Archaebacteria are also called as fossil bacteria as 'Archae' means ancient. But this is not true. They have been classified as prokaryotes of kingdom Monera similarly like Eubacteria. Archaebacteria and Eubacteria have independent evolutionary history and also exhibit different biochemical, ecological, physiological, genetics and taxonomical properties. So they are not the fossil forms of today's bacteria but distinct prokaryotic microorganisms.

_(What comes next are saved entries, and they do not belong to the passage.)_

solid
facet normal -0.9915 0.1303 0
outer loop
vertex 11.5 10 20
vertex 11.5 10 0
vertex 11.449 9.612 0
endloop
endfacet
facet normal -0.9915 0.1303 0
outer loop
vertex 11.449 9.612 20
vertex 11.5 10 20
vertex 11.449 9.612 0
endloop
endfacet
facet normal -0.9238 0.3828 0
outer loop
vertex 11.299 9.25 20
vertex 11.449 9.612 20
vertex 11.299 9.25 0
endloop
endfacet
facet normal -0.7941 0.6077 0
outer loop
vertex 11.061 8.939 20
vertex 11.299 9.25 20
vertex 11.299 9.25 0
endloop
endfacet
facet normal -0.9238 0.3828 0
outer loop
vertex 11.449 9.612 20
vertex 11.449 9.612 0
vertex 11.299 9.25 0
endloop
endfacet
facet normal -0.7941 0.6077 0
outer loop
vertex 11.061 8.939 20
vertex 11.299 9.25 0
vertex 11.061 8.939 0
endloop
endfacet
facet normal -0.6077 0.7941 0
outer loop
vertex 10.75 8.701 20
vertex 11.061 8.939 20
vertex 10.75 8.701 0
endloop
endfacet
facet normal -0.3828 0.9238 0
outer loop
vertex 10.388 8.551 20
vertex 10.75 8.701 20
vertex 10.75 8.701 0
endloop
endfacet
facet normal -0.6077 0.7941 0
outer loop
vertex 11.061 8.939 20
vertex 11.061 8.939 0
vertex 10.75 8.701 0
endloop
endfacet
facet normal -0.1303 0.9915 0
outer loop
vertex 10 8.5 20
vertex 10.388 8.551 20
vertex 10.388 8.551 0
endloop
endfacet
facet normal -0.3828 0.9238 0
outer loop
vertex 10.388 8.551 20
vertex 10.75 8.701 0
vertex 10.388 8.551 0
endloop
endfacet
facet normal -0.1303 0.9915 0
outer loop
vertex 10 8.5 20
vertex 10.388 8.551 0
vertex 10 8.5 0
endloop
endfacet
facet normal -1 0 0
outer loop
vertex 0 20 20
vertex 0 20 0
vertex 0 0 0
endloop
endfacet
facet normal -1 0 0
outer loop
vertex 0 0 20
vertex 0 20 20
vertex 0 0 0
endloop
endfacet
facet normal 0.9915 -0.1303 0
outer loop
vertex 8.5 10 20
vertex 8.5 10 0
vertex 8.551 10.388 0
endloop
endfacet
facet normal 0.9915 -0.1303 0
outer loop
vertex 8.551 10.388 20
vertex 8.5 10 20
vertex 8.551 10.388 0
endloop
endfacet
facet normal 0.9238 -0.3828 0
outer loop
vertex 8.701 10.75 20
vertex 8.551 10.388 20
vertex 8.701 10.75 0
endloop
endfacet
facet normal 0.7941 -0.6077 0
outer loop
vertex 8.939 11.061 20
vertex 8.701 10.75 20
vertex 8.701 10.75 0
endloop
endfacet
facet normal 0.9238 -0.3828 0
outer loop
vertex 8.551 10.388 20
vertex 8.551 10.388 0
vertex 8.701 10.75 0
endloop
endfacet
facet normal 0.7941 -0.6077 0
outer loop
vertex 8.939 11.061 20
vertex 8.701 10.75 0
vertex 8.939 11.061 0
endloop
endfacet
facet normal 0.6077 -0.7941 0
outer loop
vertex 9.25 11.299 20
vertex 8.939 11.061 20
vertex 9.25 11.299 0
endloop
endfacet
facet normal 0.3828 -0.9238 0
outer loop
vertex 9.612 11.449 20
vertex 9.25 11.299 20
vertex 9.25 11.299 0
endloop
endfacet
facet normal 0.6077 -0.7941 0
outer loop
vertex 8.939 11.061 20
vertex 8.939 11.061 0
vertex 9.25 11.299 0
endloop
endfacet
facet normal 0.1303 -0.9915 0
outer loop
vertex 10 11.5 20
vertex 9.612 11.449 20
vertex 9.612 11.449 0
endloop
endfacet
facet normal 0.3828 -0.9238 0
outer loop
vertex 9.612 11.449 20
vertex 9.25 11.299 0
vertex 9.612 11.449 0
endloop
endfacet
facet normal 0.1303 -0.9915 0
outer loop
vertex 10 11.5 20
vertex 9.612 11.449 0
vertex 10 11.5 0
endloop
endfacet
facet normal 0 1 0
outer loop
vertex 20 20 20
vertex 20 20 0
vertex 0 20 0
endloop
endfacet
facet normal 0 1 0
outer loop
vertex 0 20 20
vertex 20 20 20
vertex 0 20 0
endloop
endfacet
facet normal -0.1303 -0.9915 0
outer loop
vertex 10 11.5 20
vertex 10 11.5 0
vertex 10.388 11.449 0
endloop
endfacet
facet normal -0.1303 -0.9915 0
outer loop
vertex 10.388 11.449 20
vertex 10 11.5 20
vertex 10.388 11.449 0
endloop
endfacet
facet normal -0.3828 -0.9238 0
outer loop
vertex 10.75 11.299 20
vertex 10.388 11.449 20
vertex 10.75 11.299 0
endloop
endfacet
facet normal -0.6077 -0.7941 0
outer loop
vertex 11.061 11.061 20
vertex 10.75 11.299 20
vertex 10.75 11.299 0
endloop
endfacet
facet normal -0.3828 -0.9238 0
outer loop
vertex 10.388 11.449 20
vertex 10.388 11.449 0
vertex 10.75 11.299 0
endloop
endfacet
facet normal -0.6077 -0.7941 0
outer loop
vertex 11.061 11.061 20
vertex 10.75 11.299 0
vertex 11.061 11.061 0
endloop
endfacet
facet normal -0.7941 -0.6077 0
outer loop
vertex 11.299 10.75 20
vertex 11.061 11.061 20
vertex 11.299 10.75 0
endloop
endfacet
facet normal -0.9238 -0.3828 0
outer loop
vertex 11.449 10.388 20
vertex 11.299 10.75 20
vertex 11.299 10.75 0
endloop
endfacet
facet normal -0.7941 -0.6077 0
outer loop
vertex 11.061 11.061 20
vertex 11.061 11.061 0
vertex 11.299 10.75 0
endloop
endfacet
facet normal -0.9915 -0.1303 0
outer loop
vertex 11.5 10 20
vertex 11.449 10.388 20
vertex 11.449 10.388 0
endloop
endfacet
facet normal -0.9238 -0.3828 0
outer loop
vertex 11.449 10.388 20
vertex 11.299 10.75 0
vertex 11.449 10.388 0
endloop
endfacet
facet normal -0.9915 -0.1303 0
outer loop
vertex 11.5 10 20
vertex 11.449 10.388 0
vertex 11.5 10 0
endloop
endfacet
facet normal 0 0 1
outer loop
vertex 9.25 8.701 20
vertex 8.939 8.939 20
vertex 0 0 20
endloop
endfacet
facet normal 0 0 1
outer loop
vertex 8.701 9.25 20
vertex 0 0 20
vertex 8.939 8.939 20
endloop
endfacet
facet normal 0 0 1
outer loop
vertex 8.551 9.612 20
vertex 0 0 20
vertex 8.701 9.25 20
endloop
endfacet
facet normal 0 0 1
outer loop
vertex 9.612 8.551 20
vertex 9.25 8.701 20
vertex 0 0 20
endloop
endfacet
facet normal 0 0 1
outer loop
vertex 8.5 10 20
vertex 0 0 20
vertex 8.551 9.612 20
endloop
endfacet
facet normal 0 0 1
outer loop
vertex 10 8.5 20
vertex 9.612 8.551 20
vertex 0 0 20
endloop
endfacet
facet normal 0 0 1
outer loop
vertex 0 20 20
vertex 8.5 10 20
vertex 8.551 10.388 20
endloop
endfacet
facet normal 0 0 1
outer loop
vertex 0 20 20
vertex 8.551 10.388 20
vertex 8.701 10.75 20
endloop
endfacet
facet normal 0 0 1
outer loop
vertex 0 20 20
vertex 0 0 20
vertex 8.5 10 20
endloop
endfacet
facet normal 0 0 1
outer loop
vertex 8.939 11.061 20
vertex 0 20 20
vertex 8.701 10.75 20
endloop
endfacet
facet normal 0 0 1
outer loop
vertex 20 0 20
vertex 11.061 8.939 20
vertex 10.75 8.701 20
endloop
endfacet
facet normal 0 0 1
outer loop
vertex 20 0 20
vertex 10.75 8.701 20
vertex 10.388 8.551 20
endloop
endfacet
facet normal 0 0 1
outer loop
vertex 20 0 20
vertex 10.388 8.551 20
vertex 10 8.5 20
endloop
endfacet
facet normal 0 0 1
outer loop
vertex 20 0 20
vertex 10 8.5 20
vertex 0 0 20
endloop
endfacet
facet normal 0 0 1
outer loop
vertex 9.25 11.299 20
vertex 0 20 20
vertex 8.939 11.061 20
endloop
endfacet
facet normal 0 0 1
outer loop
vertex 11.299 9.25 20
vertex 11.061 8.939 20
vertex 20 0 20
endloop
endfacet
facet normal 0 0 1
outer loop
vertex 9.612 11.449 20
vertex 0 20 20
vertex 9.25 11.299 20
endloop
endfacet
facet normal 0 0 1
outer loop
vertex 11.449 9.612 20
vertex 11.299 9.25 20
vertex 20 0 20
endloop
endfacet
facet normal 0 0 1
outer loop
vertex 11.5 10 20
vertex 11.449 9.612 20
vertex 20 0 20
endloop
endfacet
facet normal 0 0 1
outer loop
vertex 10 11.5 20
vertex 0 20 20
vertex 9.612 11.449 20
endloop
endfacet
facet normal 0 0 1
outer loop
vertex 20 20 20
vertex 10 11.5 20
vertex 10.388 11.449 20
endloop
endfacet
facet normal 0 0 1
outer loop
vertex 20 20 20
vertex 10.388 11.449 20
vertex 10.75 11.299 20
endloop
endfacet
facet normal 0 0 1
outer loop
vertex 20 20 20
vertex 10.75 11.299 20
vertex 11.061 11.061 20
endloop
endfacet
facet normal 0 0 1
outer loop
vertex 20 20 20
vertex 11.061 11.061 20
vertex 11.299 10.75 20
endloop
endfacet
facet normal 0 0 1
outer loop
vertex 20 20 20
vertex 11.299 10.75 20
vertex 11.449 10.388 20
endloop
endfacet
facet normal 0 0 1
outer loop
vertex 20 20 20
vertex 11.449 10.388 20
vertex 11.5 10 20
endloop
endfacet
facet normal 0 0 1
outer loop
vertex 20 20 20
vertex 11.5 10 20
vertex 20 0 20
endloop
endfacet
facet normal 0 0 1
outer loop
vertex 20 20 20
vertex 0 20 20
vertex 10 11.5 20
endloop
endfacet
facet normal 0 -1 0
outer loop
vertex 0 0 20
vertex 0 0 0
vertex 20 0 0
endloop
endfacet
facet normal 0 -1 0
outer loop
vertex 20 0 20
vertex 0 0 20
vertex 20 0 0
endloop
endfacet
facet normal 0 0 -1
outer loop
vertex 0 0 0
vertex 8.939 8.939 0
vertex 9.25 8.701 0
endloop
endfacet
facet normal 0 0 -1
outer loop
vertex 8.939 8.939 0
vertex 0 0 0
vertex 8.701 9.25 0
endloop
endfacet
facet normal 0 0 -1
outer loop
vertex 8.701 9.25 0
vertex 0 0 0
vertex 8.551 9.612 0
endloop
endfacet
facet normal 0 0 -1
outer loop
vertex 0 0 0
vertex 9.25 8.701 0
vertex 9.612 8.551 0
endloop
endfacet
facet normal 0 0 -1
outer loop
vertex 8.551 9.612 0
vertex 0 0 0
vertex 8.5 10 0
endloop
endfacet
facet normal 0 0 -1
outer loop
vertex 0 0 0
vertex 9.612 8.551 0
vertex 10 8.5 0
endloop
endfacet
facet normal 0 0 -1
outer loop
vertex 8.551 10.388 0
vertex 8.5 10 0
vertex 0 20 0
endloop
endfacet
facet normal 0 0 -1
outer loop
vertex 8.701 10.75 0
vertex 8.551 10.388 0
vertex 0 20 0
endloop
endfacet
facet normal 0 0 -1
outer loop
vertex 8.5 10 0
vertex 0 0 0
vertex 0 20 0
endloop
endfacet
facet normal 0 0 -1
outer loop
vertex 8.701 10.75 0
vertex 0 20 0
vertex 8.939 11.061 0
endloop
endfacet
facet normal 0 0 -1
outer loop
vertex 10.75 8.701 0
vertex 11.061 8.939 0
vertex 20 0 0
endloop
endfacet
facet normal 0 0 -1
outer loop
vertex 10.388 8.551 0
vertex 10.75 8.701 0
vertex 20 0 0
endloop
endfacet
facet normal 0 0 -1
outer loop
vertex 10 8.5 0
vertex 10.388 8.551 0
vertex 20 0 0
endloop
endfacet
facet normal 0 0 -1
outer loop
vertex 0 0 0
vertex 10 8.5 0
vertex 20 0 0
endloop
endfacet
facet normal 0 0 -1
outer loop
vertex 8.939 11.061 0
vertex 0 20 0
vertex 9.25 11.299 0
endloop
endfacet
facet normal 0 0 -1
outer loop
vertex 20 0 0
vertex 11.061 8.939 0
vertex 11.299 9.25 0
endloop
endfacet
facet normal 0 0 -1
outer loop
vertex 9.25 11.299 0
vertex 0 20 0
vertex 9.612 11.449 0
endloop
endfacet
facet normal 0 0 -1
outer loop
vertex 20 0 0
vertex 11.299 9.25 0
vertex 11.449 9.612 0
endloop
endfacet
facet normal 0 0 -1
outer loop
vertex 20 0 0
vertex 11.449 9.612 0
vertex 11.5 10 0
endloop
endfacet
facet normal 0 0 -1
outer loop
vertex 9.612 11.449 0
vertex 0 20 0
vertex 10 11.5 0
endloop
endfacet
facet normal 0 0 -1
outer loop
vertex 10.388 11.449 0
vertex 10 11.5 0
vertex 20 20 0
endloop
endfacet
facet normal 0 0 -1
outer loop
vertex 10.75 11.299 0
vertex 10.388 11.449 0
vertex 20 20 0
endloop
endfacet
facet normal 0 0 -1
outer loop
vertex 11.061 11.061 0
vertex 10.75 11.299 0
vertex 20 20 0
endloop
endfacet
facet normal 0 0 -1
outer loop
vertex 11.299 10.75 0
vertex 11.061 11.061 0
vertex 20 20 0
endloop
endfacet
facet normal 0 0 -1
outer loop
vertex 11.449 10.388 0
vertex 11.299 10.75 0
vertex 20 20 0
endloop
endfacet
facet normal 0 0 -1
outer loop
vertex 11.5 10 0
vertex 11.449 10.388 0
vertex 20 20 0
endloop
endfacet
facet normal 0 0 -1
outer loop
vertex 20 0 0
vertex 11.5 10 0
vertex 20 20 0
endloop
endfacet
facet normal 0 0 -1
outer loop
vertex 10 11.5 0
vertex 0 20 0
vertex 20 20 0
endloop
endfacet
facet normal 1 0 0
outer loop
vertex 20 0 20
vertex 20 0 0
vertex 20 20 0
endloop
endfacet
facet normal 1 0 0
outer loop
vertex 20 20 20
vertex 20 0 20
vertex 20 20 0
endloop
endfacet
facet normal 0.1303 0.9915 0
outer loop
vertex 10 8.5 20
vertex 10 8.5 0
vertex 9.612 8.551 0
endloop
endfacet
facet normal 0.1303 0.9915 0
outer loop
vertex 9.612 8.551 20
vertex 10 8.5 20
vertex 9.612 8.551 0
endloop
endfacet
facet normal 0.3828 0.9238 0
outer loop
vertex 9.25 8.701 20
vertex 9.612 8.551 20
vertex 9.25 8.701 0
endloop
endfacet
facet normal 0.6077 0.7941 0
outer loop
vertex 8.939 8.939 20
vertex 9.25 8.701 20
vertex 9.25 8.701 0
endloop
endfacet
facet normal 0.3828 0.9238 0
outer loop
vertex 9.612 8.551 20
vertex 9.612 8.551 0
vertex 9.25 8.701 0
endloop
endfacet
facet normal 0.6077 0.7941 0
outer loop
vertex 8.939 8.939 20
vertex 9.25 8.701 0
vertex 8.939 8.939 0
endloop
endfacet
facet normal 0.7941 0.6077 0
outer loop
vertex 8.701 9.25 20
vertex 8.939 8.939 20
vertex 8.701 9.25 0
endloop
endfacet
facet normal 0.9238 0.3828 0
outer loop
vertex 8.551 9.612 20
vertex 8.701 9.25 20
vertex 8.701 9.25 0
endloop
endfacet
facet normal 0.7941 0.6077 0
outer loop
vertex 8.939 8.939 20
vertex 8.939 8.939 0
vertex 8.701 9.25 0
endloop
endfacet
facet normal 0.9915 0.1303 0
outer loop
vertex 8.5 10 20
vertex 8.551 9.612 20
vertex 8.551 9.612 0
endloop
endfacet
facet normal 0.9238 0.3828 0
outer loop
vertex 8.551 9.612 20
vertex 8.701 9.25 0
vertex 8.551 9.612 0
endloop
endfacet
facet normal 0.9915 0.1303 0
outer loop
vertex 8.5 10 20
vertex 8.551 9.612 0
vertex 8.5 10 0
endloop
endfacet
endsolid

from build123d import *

# Parameters (mm, degrees)
F1_DEPTH = 20


with BuildPart() as f1:
    # F0 (on Top) → F1 (new body)
    with BuildSketch(Plane.XY):
        with BuildLine():
            Line((0, 10), (0, 0))
            Line((0, 0), (10, 0))
            Line((10, 0), (10, 8.5))
            ThreePointArc((10, 8.5), (8.93934, 8.93934), (8.5, 10))
            Line((8.5, 10), (0, 10))
        make_face()
        with BuildLine():
            Line((10, 8.5), (10, 0))
            Line((10, 0), (20, 0))
            Line((20, 0), (20, 10))
            Line((20, 10), (11.5, 10))
            ThreePointArc((11.5, 10), (11.06066, 8.93934), (10, 8.5))
        make_face()
        with BuildLine():
            Line((0, 20), (0, 10))
            Line((0, 10), (8.5, 10))
            ThreePointArc((8.5, 10), (8.93934, 11.06066), (10, 11.5))
            Line((10, 11.5), (10, 20))
            Line((10, 20), (0, 20))
        make_face()
        with BuildLine():
            Line((11.5, 10), (20, 10))
            Line((20, 10), (20, 20))
            Line((20, 20), (10, 20))
            Line((10, 20), (10, 11.5))
            ThreePointArc((10, 11.5), (11.06066, 11.06066), (11.5, 10))
        make_face()
    extrude(amount=F1_DEPTH)


solid = f1.part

World's fossiliferous sites:
Bacterial fossils are found worldwide in places like marine rocks such as limestone, sandstone; stromatolites, marginalized environments, endolithic sites or mid-ocean ridges. Bacterial fossils are abundant in fossilized locations such as Devonian Hunsruck slates, Jurassic Solnhofen limestone deposits of Germany, Carboniferous Mazon Creeks, Bitter Springs Chert, Bolivian Proterozoic Stromatolites, Burgess Shale, Cambrian Maotianshan Shales, Gunflint Chert, Warrawoona, Hamelin Pool Marine Nature Reserve, Shark Bay of Western Australia, Wadi Kharaza, Egypt, Precambrian rocks of Eastern Siberia, Exuma Cays of Bahamas islands and all precambrian sedimentary rock sites from Canada, Africa, Scotland, Russia, Greenland and USA.